Provided records Block Start

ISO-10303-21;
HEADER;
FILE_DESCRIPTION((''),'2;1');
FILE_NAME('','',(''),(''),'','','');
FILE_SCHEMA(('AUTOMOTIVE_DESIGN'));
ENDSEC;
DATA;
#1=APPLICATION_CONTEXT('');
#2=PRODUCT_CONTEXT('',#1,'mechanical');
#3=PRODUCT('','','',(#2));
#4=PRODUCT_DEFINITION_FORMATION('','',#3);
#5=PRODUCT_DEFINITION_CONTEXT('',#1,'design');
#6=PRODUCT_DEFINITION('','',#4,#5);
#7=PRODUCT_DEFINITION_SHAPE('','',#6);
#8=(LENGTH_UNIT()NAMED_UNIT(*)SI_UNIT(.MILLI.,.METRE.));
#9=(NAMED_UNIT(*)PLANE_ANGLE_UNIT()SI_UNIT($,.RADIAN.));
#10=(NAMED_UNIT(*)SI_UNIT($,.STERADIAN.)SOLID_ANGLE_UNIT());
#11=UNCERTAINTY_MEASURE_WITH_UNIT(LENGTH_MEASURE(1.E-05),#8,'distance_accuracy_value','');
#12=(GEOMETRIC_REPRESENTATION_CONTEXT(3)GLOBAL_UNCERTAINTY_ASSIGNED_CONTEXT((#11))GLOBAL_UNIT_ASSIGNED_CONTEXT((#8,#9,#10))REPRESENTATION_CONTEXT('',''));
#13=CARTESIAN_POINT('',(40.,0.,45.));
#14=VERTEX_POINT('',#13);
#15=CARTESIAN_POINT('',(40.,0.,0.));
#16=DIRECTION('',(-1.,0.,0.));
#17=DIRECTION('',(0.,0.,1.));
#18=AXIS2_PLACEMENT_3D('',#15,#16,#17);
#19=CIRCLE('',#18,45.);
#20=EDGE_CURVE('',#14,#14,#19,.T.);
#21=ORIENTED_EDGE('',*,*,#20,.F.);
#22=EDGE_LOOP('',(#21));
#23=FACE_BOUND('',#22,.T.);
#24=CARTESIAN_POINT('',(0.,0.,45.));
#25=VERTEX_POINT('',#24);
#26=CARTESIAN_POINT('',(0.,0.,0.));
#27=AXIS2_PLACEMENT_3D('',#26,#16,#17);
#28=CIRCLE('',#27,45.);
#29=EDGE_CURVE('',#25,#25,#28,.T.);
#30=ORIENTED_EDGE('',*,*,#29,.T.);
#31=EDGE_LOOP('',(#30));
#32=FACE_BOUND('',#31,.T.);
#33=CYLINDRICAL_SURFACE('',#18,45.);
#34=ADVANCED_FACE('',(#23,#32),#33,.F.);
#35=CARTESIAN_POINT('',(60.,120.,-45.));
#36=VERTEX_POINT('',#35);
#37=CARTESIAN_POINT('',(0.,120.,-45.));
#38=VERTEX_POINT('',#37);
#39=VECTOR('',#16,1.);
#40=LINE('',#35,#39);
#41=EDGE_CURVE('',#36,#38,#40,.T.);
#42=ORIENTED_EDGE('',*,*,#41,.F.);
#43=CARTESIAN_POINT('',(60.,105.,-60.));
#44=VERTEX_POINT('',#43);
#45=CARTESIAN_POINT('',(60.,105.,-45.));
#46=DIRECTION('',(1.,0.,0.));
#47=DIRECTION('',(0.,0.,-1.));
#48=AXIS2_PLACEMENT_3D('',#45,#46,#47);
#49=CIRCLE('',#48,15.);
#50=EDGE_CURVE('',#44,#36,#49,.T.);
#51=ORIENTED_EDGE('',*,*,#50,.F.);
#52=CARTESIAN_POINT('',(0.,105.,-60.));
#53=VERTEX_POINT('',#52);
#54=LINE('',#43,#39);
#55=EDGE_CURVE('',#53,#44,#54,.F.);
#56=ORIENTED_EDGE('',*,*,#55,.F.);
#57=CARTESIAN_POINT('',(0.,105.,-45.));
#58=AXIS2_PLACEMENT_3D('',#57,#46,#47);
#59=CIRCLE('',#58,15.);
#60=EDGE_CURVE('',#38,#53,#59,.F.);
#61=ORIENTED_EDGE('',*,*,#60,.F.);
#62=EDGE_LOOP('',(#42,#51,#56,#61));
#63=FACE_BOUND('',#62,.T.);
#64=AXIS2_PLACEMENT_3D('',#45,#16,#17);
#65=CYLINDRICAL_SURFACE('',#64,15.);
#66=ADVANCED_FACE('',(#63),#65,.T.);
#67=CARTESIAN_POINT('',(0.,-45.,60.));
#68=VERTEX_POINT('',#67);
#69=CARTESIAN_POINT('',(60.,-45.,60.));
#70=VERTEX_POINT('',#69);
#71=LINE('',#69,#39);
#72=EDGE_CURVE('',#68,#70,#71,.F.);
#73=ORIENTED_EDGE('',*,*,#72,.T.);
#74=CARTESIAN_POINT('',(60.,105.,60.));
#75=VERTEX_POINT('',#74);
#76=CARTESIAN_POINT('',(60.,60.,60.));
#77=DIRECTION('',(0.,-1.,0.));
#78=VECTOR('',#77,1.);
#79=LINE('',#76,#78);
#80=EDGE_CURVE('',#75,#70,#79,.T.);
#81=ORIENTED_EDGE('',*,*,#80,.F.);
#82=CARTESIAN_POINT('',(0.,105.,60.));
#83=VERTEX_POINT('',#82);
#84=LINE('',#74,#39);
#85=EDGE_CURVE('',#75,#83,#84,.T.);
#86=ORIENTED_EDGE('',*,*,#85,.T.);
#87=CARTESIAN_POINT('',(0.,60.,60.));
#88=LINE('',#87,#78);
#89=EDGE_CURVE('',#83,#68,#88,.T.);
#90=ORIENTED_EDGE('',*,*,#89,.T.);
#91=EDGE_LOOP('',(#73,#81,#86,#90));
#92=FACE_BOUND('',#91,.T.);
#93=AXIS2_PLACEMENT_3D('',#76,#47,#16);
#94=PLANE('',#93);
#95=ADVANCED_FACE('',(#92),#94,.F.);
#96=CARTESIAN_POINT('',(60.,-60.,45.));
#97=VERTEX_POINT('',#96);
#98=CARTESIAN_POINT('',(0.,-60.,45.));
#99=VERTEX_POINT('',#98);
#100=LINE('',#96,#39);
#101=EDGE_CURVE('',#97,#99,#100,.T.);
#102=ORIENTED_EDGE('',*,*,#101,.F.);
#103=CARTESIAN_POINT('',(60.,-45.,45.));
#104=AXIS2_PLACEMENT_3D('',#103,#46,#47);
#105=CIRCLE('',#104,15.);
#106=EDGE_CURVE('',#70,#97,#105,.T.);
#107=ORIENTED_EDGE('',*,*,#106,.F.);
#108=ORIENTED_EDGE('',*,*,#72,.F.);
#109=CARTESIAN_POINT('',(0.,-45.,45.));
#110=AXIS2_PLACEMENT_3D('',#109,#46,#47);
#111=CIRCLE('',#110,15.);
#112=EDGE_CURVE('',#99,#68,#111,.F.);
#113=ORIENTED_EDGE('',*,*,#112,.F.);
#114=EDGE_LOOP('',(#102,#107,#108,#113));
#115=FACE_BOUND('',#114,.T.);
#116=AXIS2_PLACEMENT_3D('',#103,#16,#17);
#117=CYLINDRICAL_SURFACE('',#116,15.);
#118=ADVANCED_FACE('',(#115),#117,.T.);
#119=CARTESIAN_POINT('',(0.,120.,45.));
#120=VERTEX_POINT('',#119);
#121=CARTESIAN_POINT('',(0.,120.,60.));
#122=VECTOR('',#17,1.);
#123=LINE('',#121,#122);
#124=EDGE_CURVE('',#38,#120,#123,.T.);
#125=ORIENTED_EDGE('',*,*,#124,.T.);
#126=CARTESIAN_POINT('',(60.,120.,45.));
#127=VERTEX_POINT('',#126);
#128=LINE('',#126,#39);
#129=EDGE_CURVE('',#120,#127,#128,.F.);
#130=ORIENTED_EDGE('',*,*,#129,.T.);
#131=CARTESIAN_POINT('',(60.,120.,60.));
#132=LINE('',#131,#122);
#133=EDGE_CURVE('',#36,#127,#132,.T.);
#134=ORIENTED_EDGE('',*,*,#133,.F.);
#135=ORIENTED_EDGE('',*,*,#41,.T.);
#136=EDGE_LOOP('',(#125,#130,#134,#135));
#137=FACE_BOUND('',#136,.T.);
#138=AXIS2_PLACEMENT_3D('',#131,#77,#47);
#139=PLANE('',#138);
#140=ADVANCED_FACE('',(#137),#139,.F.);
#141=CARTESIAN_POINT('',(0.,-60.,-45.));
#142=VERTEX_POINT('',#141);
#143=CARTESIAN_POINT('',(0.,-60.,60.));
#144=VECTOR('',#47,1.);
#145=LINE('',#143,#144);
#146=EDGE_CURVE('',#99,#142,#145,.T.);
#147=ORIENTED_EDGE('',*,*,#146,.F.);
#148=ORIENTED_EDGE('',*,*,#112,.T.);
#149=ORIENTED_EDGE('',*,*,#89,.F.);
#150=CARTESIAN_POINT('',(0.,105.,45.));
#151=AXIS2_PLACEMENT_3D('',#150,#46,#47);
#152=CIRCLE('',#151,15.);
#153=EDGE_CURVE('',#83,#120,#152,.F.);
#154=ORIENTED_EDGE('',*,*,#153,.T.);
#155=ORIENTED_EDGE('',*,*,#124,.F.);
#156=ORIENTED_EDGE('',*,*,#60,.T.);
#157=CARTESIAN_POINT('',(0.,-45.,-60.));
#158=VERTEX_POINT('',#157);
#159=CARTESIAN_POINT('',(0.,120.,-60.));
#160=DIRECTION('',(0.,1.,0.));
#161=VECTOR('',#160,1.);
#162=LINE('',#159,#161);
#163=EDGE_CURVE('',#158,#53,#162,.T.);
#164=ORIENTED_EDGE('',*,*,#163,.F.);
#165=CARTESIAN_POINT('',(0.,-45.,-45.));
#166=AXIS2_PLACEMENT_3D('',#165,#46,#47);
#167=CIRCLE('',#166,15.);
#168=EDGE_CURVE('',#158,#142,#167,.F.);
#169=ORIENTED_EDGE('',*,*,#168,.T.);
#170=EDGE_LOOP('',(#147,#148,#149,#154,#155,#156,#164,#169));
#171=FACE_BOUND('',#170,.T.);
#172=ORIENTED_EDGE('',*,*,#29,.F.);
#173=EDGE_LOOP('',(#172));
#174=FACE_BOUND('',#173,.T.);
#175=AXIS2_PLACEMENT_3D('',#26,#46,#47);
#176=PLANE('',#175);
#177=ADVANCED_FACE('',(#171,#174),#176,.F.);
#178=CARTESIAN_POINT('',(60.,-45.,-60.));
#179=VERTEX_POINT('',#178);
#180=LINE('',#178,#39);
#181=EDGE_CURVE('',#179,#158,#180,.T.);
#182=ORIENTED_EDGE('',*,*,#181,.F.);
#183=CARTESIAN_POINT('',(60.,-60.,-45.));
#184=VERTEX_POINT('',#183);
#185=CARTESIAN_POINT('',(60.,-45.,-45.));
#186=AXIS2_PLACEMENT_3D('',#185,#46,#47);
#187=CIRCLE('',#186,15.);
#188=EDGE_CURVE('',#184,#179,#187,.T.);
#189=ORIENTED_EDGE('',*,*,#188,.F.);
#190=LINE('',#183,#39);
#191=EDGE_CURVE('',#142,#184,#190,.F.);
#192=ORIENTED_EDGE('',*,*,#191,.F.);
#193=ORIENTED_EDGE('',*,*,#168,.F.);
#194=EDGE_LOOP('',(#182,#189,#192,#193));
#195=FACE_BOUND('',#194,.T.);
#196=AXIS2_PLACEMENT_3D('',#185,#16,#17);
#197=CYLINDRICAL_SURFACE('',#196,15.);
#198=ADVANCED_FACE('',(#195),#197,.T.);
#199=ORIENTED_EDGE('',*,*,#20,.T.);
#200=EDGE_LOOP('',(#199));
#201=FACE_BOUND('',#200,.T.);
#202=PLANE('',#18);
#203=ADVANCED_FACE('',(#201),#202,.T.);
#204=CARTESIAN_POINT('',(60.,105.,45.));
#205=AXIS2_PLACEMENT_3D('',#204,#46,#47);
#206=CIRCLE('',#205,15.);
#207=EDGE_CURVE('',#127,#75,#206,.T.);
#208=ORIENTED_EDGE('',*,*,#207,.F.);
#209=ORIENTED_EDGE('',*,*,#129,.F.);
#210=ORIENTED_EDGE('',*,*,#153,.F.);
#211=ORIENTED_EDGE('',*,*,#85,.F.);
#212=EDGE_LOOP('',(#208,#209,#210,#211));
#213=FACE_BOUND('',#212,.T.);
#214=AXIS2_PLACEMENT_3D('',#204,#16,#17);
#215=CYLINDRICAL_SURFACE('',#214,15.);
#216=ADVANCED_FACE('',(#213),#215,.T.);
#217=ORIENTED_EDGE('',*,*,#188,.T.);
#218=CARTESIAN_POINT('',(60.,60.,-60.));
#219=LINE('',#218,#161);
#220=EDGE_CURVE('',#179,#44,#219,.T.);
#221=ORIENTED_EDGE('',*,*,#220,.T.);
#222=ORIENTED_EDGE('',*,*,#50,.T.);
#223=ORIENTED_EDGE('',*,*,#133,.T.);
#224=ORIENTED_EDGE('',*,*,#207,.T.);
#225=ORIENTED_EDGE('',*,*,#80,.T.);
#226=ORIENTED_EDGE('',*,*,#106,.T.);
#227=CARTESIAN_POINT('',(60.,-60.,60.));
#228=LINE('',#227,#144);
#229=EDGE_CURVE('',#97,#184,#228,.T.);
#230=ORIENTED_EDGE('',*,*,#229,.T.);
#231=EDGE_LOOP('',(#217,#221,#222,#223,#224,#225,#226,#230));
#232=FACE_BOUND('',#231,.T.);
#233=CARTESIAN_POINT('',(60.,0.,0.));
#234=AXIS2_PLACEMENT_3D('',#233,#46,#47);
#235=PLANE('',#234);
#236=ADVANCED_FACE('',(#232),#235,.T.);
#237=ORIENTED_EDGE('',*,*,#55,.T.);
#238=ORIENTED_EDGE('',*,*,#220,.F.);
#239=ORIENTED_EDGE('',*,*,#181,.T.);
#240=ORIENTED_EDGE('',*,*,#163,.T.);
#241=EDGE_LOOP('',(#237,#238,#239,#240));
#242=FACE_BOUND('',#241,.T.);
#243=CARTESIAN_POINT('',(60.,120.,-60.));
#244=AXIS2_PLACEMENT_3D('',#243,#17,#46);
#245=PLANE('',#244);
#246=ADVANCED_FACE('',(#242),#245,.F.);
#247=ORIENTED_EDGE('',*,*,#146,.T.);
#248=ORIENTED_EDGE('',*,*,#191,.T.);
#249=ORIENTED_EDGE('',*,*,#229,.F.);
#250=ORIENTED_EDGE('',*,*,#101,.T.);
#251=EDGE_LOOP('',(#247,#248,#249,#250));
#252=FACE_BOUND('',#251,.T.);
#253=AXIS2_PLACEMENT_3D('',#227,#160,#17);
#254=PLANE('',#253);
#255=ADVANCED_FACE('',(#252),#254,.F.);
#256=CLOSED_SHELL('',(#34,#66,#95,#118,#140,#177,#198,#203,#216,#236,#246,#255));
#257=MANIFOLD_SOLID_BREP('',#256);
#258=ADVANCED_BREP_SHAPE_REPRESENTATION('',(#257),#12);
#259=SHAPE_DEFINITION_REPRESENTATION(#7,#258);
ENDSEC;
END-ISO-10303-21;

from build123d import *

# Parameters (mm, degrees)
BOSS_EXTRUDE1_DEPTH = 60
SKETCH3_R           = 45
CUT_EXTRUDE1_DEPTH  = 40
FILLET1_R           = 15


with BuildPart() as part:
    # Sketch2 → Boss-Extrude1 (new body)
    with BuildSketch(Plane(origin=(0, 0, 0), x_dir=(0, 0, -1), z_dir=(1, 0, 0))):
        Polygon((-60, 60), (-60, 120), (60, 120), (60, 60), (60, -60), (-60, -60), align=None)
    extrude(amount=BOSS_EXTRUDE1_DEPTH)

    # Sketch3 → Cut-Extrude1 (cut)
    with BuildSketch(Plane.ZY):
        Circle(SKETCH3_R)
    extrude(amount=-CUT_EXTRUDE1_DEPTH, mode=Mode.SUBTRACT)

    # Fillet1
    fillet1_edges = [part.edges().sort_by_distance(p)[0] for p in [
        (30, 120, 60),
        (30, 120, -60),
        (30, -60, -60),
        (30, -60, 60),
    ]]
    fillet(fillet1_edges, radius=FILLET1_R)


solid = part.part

Provided records Block End

• Task: After locating the line with "#67=CARTESIAN_POINT('',(0.,-45.,60.));" above, return that line and every later line through the one with "#80=EDGE_CURVE('',#75,#70,#79,.T.);", word for word and with nothing else.

• Reply:
#67=CARTESIAN_POINT('',(0.,-45.,60.));
#68=VERTEX_POINT('',#67);
#69=CARTESIAN_POINT('',(60.,-45.,60.));
#70=VERTEX_POINT('',#69);
#71=LINE('',#69,#39);
#72=EDGE_CURVE('',#68,#70,#71,.F.);
#73=ORIENTED_EDGE('',*,*,#72,.T.);
#74=CARTESIAN_POINT('',(60.,105.,60.));
#75=VERTEX_POINT('',#74);
#76=CARTESIAN_POINT('',(60.,60.,60.));
#77=DIRECTION('',(0.,-1.,0.));
#78=VECTOR('',#77,1.);
#79=LINE('',#76,#78);
#80=EDGE_CURVE('',#75,#70,#79,.T.);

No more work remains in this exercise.